• Problem details
Lines from the beginning of the data through the line containing "Line((0, 0), (0, 13.6))" are to be copied exactly, with no other line included.

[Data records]
_ _ _ _ _ _ _
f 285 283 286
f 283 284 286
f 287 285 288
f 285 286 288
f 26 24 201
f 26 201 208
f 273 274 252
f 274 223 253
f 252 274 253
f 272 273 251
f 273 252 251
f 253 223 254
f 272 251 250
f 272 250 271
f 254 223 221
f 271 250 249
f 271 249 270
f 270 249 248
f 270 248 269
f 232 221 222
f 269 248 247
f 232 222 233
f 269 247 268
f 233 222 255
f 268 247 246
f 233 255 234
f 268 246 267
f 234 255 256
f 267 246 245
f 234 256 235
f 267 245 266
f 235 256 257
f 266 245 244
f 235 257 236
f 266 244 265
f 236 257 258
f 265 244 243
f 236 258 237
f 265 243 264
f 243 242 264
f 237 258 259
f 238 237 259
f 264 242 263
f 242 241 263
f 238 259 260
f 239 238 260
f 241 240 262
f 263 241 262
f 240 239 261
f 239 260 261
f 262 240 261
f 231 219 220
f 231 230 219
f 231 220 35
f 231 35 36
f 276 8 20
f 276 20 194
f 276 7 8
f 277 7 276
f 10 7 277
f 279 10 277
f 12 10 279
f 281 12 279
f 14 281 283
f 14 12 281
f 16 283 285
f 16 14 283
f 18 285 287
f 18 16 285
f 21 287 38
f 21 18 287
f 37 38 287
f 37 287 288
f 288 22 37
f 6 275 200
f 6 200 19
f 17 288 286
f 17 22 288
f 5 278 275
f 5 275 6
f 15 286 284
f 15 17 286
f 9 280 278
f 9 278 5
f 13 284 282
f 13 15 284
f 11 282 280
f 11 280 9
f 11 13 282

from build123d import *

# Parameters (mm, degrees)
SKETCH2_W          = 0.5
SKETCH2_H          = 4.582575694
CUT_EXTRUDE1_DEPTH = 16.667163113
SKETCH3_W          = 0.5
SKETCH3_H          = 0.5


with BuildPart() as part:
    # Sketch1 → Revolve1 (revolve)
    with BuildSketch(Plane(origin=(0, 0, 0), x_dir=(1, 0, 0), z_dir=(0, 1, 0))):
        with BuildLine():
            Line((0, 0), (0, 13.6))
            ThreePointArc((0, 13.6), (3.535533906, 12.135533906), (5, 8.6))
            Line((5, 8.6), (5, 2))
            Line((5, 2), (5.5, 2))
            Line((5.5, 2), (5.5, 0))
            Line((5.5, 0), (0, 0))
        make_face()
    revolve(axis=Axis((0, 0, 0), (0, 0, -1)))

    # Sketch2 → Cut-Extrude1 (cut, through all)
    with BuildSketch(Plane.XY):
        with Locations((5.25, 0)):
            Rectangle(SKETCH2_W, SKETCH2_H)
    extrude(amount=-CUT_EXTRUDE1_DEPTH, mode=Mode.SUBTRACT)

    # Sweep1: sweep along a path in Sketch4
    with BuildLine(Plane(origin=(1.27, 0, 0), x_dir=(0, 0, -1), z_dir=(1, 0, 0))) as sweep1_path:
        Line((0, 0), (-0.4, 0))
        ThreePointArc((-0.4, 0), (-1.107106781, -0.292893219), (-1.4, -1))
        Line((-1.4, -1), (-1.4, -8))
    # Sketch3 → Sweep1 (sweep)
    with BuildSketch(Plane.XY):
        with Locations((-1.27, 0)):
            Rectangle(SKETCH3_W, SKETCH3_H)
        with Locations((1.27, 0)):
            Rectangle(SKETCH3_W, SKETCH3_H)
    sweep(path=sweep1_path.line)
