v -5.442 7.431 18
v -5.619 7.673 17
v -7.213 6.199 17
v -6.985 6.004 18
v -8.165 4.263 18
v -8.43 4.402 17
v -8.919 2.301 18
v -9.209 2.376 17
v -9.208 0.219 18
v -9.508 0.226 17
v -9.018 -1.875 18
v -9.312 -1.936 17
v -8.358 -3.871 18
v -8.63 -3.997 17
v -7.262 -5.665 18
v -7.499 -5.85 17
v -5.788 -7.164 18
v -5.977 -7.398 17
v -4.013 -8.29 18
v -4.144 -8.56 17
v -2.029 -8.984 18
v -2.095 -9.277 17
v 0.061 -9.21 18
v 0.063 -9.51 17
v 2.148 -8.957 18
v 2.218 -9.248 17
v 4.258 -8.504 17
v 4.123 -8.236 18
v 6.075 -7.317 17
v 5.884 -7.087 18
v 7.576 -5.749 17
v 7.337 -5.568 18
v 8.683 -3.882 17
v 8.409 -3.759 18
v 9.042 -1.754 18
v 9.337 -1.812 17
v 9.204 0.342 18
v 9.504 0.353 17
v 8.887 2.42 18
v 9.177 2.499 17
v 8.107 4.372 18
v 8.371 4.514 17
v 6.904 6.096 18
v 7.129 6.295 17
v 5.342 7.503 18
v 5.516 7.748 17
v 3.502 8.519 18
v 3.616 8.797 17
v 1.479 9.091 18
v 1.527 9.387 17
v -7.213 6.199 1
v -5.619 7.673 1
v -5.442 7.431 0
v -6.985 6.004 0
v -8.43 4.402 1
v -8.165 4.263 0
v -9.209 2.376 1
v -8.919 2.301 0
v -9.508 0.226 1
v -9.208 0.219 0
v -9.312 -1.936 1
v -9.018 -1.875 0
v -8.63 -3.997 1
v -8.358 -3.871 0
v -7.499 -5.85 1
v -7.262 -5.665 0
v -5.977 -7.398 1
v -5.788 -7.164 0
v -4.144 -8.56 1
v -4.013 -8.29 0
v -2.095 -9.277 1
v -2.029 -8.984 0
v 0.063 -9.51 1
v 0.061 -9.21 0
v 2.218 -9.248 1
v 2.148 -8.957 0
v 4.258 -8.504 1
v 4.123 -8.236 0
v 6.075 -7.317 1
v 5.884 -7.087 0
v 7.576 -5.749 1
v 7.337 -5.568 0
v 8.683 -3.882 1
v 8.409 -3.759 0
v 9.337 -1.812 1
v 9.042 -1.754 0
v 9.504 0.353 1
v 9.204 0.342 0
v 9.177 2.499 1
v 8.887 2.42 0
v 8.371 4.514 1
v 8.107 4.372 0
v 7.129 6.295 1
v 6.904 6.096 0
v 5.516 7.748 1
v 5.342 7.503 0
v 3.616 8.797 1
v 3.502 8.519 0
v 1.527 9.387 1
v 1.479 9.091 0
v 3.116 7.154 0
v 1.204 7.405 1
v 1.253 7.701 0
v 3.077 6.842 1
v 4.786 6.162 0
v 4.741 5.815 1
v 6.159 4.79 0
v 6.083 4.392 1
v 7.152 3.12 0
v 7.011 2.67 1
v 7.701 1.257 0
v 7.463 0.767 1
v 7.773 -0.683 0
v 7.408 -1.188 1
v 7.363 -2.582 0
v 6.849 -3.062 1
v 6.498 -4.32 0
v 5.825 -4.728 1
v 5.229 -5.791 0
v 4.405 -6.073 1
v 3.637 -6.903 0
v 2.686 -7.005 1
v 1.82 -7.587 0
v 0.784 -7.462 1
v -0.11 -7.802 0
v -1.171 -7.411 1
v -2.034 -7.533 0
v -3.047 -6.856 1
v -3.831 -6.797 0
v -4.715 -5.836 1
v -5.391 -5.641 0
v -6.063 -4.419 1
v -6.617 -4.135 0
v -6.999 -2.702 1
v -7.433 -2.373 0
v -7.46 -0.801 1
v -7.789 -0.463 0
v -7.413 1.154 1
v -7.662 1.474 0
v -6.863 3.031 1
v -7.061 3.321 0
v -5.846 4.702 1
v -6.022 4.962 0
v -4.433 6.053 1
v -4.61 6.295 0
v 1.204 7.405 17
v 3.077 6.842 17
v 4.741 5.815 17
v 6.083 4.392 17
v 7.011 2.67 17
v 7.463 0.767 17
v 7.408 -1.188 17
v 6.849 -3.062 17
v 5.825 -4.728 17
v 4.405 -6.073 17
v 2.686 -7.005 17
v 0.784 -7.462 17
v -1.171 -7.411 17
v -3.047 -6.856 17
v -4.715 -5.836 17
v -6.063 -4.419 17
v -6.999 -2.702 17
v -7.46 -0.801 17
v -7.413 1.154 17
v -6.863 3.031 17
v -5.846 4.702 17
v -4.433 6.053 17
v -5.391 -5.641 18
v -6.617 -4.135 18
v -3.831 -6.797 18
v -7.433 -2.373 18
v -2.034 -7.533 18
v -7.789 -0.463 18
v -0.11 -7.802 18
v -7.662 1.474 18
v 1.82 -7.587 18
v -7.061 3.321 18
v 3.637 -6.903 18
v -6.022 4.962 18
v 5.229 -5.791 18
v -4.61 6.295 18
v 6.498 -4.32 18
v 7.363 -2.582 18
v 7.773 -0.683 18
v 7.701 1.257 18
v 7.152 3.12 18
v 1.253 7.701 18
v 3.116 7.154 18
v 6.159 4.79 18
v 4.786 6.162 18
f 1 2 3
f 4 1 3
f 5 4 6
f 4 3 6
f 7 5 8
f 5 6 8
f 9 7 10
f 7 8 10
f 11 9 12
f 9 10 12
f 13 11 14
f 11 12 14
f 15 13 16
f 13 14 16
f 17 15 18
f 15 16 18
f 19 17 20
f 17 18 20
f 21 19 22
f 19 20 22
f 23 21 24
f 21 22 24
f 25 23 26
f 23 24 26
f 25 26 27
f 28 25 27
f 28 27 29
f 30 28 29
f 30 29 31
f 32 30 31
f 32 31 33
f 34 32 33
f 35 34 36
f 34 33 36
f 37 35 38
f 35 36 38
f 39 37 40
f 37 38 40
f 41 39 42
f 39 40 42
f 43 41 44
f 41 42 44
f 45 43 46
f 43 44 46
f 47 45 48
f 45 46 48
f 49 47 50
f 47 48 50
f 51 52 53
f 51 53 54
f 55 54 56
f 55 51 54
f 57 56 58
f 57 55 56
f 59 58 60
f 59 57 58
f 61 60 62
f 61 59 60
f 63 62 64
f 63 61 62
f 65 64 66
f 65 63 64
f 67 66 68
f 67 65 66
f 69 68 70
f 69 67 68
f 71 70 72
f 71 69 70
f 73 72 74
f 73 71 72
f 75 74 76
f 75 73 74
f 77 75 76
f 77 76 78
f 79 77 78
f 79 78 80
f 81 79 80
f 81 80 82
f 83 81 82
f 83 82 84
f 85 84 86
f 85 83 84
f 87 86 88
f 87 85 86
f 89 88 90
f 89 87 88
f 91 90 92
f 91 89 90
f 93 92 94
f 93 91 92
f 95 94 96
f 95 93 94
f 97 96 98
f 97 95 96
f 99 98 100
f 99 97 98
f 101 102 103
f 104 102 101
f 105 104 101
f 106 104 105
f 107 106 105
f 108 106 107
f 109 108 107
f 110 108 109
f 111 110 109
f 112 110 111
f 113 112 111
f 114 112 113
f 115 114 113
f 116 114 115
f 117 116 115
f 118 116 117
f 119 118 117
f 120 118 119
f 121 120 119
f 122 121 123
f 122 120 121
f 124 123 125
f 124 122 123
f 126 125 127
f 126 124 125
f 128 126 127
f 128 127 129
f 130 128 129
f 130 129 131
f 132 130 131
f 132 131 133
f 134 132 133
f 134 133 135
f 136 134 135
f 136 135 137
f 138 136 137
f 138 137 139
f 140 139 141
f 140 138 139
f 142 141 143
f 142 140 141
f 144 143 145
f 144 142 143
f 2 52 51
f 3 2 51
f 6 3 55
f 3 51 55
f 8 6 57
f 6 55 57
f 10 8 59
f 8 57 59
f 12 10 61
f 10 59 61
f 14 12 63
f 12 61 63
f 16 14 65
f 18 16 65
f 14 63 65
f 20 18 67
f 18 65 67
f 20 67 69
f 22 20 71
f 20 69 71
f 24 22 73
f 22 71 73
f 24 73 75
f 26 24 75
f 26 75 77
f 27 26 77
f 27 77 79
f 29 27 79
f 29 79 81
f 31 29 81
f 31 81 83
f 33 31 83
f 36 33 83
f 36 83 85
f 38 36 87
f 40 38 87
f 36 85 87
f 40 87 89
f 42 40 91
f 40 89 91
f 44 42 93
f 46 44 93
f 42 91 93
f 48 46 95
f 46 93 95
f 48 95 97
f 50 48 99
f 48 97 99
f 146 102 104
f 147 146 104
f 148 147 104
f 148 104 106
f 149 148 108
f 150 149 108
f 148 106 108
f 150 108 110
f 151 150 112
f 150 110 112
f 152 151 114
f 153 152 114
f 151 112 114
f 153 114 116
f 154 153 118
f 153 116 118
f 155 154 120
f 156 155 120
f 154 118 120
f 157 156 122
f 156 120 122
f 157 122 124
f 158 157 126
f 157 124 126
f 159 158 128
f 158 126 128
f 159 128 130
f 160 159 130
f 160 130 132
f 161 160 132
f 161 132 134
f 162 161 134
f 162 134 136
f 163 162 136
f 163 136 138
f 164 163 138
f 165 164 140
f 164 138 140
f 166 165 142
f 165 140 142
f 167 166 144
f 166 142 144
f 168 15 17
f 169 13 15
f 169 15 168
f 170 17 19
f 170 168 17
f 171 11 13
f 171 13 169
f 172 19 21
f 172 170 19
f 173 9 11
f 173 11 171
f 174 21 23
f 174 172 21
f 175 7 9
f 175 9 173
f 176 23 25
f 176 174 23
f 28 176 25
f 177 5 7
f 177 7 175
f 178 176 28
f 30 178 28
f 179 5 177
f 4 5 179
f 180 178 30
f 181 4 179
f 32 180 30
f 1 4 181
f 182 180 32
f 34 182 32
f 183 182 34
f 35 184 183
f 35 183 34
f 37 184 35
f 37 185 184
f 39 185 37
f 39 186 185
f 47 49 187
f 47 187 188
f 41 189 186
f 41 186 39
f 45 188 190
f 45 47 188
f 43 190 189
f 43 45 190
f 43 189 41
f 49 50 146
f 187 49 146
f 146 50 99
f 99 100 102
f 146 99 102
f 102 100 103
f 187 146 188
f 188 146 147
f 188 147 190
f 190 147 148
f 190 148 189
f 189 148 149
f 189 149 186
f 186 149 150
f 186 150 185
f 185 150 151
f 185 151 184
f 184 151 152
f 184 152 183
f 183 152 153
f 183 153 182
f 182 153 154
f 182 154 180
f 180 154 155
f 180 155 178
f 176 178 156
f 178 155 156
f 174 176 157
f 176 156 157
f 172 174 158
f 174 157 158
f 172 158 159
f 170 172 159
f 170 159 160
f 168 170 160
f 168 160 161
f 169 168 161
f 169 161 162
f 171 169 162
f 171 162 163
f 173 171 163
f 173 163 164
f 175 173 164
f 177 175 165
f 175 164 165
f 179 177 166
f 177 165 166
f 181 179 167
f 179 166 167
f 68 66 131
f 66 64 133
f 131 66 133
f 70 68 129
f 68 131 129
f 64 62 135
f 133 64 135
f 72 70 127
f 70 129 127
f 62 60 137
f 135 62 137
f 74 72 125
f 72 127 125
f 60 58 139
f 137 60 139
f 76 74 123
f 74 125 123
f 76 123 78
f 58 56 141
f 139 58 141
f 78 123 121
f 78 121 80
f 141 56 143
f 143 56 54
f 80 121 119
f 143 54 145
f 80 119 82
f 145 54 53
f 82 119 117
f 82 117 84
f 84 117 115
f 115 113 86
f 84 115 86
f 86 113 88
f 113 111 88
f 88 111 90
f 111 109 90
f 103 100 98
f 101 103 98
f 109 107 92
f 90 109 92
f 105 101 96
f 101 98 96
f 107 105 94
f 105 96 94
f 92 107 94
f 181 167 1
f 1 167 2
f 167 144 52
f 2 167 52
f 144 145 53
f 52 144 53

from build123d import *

# Parameters (mm, degrees)
F1_DEPTH   = 18
F2_SIZE2   = 1
F2_SIZE    = 0.3
F2_2_SIZE2 = 1
F2_2_SIZE  = 0.3


# Not quite as in the source:
# - a feature names something its author has since deleted; it is built from what else it names


with BuildPart() as f1:
    # F0 (on Top) → F1 (new body)
    with BuildSketch(Plane.XY):
        with BuildLine():
            ThreePointArc((1.2044566856, 7.40527886), (1.7499452086, -7.2956536834), (-4.4326164701, 6.0531629856))
            Line((-4.4326164701, 6.0531629856), (-5.6190034408, 7.6732881976))
            ThreePointArc((-5.6190034408, 7.6732881976), (2.2183169274, -9.2483307381), (1.5268287492, 9.3872970232))
            Line((1.5268287492, 9.3872970232), (1.2044566856, 7.40527886))
        make_face()
    extrude(amount=F1_DEPTH)

    # F2
    f2_edges = [f1.edges().sort_by_distance(p)[0] for p in [
        (2.218317, -9.248331, 18),
        (1.749945, -7.295654, 18),
    ]]
    f2_side = f1.faces().sort_by_distance((1.630296, 8.353243, 18))[0]
    chamfer(f2_edges, length=F2_SIZE, length2=F2_SIZE2, reference=f2_side)

    # F2#2
    f2_2_edges = [f1.edges().sort_by_distance(p)[0] for p in [
        (2.218317, -9.248331, 0),
        (1.749945, -7.295654, 0),
    ]]
    f2_2_side = f1.faces().sort_by_distance((1.630296, 8.353243, 0))[0]
    chamfer(f2_2_edges, length=F2_2_SIZE, length2=F2_2_SIZE2, reference=f2_2_side)


solid = f1.part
_ _ _ _ _ _ _
• Answer section
f 285 283 286
f 283 284 286
f 287 285 288
f 285 286 288
f 26 24 201
f 26 201 208
f 273 274 252
f 274 223 253
f 252 274 253
f 272 273 251
f 273 252 251
f 253 223 254
f 272 251 250
f 272 250 271
f 254 223 221
f 271 250 249
f 271 249 270
f 270 249 248
f 270 248 269
f 232 221 222
f 269 248 247
f 232 222 233
f 269 247 268
f 233 222 255
f 268 247 246
f 233 255 234
f 268 246 267
f 234 255 256
f 267 246 245
f 234 256 235
f 267 245 266
f 235 256 257
f 266 245 244
f 235 257 236
f 266 244 265
f 236 257 258
f 265 244 243
f 236 258 237
f 265 243 264
f 243 242 264
f 237 258 259
f 238 237 259
f 264 242 263
f 242 241 263
f 238 259 260
f 239 238 260
f 241 240 262
f 263 241 262
f 240 239 261
f 239 260 261
f 262 240 261
f 231 219 220
f 231 230 219
f 231 220 35
f 231 35 36
f 276 8 20
f 276 20 194
f 276 7 8
f 277 7 276
f 10 7 277
f 279 10 277
f 12 10 279
f 281 12 279
f 14 281 283
f 14 12 281
f 16 283 285
f 16 14 283
f 18 285 287
f 18 16 285
f 21 287 38
f 21 18 287
f 37 38 287
f 37 287 288
f 288 22 37
f 6 275 200
f 6 200 19
f 17 288 286
f 17 22 288
f 5 278 275
f 5 275 6
f 15 286 284
f 15 17 286
f 9 280 278
f 9 278 5
f 13 284 282
f 13 15 284
f 11 282 280
f 11 280 9
f 11 13 282

from build123d import *

# Parameters (mm, degrees)
SKETCH2_W          = 0.5
SKETCH2_H          = 4.582575694
CUT_EXTRUDE1_DEPTH = 16.667163113
SKETCH3_W          = 0.5
SKETCH3_H          = 0.5


with BuildPart() as part:
    # Sketch1 → Revolve1 (revolve)
    with BuildSketch(Plane(origin=(0, 0, 0), x_dir=(1, 0, 0), z_dir=(0, 1, 0))):
        with BuildLine():
            Line((0, 0), (0, 13.6))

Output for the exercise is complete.